Data in this exercise Start Marker
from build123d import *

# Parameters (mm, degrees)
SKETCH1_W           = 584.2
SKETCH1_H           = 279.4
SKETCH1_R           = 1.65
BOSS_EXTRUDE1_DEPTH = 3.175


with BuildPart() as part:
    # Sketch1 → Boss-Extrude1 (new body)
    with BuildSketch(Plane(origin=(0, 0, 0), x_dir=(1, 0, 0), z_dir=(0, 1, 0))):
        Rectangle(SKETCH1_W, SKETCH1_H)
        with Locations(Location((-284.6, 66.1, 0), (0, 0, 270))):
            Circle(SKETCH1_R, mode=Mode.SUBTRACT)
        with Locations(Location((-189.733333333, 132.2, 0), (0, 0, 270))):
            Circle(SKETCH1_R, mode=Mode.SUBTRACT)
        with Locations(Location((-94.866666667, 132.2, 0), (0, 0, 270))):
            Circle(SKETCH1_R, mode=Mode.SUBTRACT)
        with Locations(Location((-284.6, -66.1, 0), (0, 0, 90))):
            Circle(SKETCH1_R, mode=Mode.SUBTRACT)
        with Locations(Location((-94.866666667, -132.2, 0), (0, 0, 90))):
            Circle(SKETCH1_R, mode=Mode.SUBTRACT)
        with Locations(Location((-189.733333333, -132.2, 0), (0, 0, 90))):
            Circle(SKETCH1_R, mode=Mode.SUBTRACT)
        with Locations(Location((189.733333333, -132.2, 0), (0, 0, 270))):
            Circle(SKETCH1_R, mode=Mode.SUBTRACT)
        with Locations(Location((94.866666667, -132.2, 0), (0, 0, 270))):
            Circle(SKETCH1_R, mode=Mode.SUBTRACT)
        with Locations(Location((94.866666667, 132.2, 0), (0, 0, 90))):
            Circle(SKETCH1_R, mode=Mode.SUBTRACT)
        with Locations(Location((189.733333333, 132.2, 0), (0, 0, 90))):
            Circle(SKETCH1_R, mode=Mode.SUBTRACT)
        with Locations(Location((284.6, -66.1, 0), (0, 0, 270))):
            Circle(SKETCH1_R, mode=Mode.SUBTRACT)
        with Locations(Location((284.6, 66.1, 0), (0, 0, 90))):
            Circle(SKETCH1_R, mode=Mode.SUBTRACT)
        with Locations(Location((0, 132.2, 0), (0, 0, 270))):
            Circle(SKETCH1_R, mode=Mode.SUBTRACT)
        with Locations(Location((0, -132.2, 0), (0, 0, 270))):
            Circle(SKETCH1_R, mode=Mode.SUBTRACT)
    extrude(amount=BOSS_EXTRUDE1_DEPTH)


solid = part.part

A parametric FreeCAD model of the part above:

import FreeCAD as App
import Part
import Sketcher

V = App.Vector
Q = App.Units.Quantity

doc = App.newDocument("Part")
body = doc.addObject("PartDesign::Body", "Body")

# Sketch on XZ plane
sketch1 = body.newObject("Sketcher::SketchObject", "Sketch")
sketch1.AttachmentSupport = (doc.getObject("XZ_Plane"), [""])
sketch1.MapMode = "FlatFace"
sketch1.addGeometry(Part.LineSegment(V(-292.1, -139.7, 0), V(-292.1, 139.7, 0)), False)
sketch1.addGeometry(Part.LineSegment(V(-292.1, 139.7, 0), V(292.1, 139.7, 0)), False)
sketch1.addGeometry(Part.LineSegment(V(292.1, 139.7, 0), V(292.1, -139.7, 0)), False)
sketch1.addGeometry(Part.LineSegment(V(292.1, -139.7, 0), V(-292.1, -139.7, 0)), False)
sketch1.addGeometry(Part.Circle(V(-189.733333, 132.2, 0), V(0, 0, 1), 1.65), False)
sketch1.addGeometry(Part.Circle(V(-94.866667, 132.2, 0), V(0, 0, 1), 1.65), False)
sketch1.addGeometry(Part.Circle(V(-284.6, 66.1, 0), V(0, 0, 1), 1.65), False)
sketch1.addGeometry(Part.Circle(V(0, 132.2, 0), V(0, 0, 1), 1.65), False)
sketch1.addGeometry(Part.Circle(V(94.866667, 132.2, 0), V(0, 0, 1), 1.65), False)
sketch1.addGeometry(Part.Circle(V(189.733333, 132.2, 0), V(0, 0, 1), 1.65), False)
sketch1.addGeometry(Part.Circle(V(284.6, 66.1, 0), V(0, 0, 1), 1.65), False)
sketch1.addGeometry(Part.Circle(V(-284.6, -66.1, 0), V(0, 0, 1), 1.65), False)
sketch1.addGeometry(Part.Circle(V(-189.733333, -132.2, 0), V(0, 0, 1), 1.65), False)
sketch1.addGeometry(Part.Circle(V(-94.866667, -132.2, 0), V(0, 0, 1), 1.65), False)
sketch1.addGeometry(Part.Circle(V(284.6, -66.1, 0), V(0, 0, 1), 1.65), False)
sketch1.addGeometry(Part.Circle(V(0, -132.2, 0), V(0, 0, 1), 1.65), False)
sketch1.addGeometry(Part.Circle(V(94.866667, -132.2, 0), V(0, 0, 1), 1.65), False)
sketch1.addGeometry(Part.Circle(V(189.733333, -132.2, 0), V(0, 0, 1), 1.65), False)
sketch1.addConstraint(Sketcher.Constraint("Coincident", 0, 2, 1, 1))
sketch1.addConstraint(Sketcher.Constraint("Coincident", 1, 2, 2, 1))
sketch1.addConstraint(Sketcher.Constraint("Coincident", 2, 2, 3, 1))
sketch1.addConstraint(Sketcher.Constraint("Coincident", 3, 2, 0, 1))
sketch1.addConstraint(Sketcher.Constraint("Vertical", 0))
sketch1.addConstraint(Sketcher.Constraint("Horizontal", 1))
sketch1.addConstraint(Sketcher.Constraint("Vertical", 2))
sketch1.addConstraint(Sketcher.Constraint("Horizontal", 3))
sketch1.addConstraint(Sketcher.Constraint("Equal", 4, 5))
sketch1.addConstraint(Sketcher.Constraint("Equal", 5, 6))
sketch1.addConstraint(Sketcher.Constraint("Equal", 6, 7))
sketch1.addConstraint(Sketcher.Constraint("Equal", 7, 8))
sketch1.addConstraint(Sketcher.Constraint("Equal", 8, 9))
sketch1.addConstraint(Sketcher.Constraint("Equal", 9, 10))
sketch1.addConstraint(Sketcher.Constraint("Equal", 10, 11))
sketch1.addConstraint(Sketcher.Constraint("Equal", 11, 12))
sketch1.addConstraint(Sketcher.Constraint("Equal", 12, 13))
sketch1.addConstraint(Sketcher.Constraint("Equal", 13, 14))
sketch1.addConstraint(Sketcher.Constraint("Equal", 14, 15))
sketch1.addConstraint(Sketcher.Constraint("Equal", 15, 16))
sketch1.addConstraint(Sketcher.Constraint("Equal", 16, 17))
sketch1.addConstraint(Sketcher.Constraint("Symmetric", 10, 3, 11, 3, -1, 1))
sketch1.addConstraint(Sketcher.Constraint("Symmetric", 9, 3, 12, 3, -1, 1))
sketch1.addConstraint(Sketcher.Constraint("Symmetric", 8, 3, 13, 3, -1, 1))
sketch1.addConstraint(Sketcher.Constraint("Symmetric", 6, 3, 14, 3, -1, 1))
sketch1.addConstraint(Sketcher.Constraint("Symmetric", 7, 3, 15, 3, -1, 1))
sketch1.addConstraint(Sketcher.Constraint("Symmetric", 5, 3, 16, 3, -1, 1))
sketch1.addConstraint(Sketcher.Constraint("Symmetric", 4, 3, 17, 3, -1, 1))
sketch1.addConstraint(Sketcher.Constraint("Symmetric", 0, 2, 2, 2, -1, 1))
sketch1.addConstraint(Sketcher.Constraint("Symmetric", 5, 3, 8, 3, -2))
sketch1.addConstraint(Sketcher.Constraint("Symmetric", 4, 3, 9, 3, -2))
sketch1.addConstraint(Sketcher.Constraint("Symmetric", 6, 3, 10, 3, -2))
sketch1.addConstraint(Sketcher.Constraint("PointOnObject", 7, 3, -2))
sketch1.addConstraint(Sketcher.Constraint("Horizontal", 4, 3, 5, 3))
sketch1.addConstraint(Sketcher.Constraint("Horizontal", 5, 3, 7, 3))
sketch1.addConstraint(Sketcher.Constraint("DistanceX", 1, 1, 1, 2, Q("23 in")))
sketch1.addConstraint(Sketcher.Constraint("DistanceY", 0, 1, 0, 2, Q("11 in")))
sketch1.addConstraint(Sketcher.Constraint("Diameter", 4, 3.3))
sketch1.addConstraint(Sketcher.Constraint("DistanceY", -1, 1, 4, 3, 132.2))
sketch1.addConstraint(Sketcher.Constraint("DistanceX", 6, 3, -1, 1, 284.6))
sketch1.addConstraint(Sketcher.Constraint("DistanceY", -1, 1, 6, 3, 66.1))
sketch1.addConstraint(Sketcher.Constraint("DistanceX", 4, 3, 8, 3, 284.6))
sketch1.addConstraint(Sketcher.Constraint("DistanceX", 4, 3, -1, 1, 189.733333))
pad1 = body.newObject("PartDesign::Pad", "Pad")
pad1.Profile = sketch1
pad1.Length = Q("0.125 in")
pad1.Reversed = True

doc.recompute()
Data in this exercise End Marker
Restate word for word the entries above, starting at the line with "extrude(amount=BOSS_EXTRUDE1_DEPTH)" and ending at the line with "A parametric FreeCAD", inclusive, and no others.

    extrude(amount=BOSS_EXTRUDE1_DEPTH)


solid = part.part

A parametric FreeCAD model of the part above:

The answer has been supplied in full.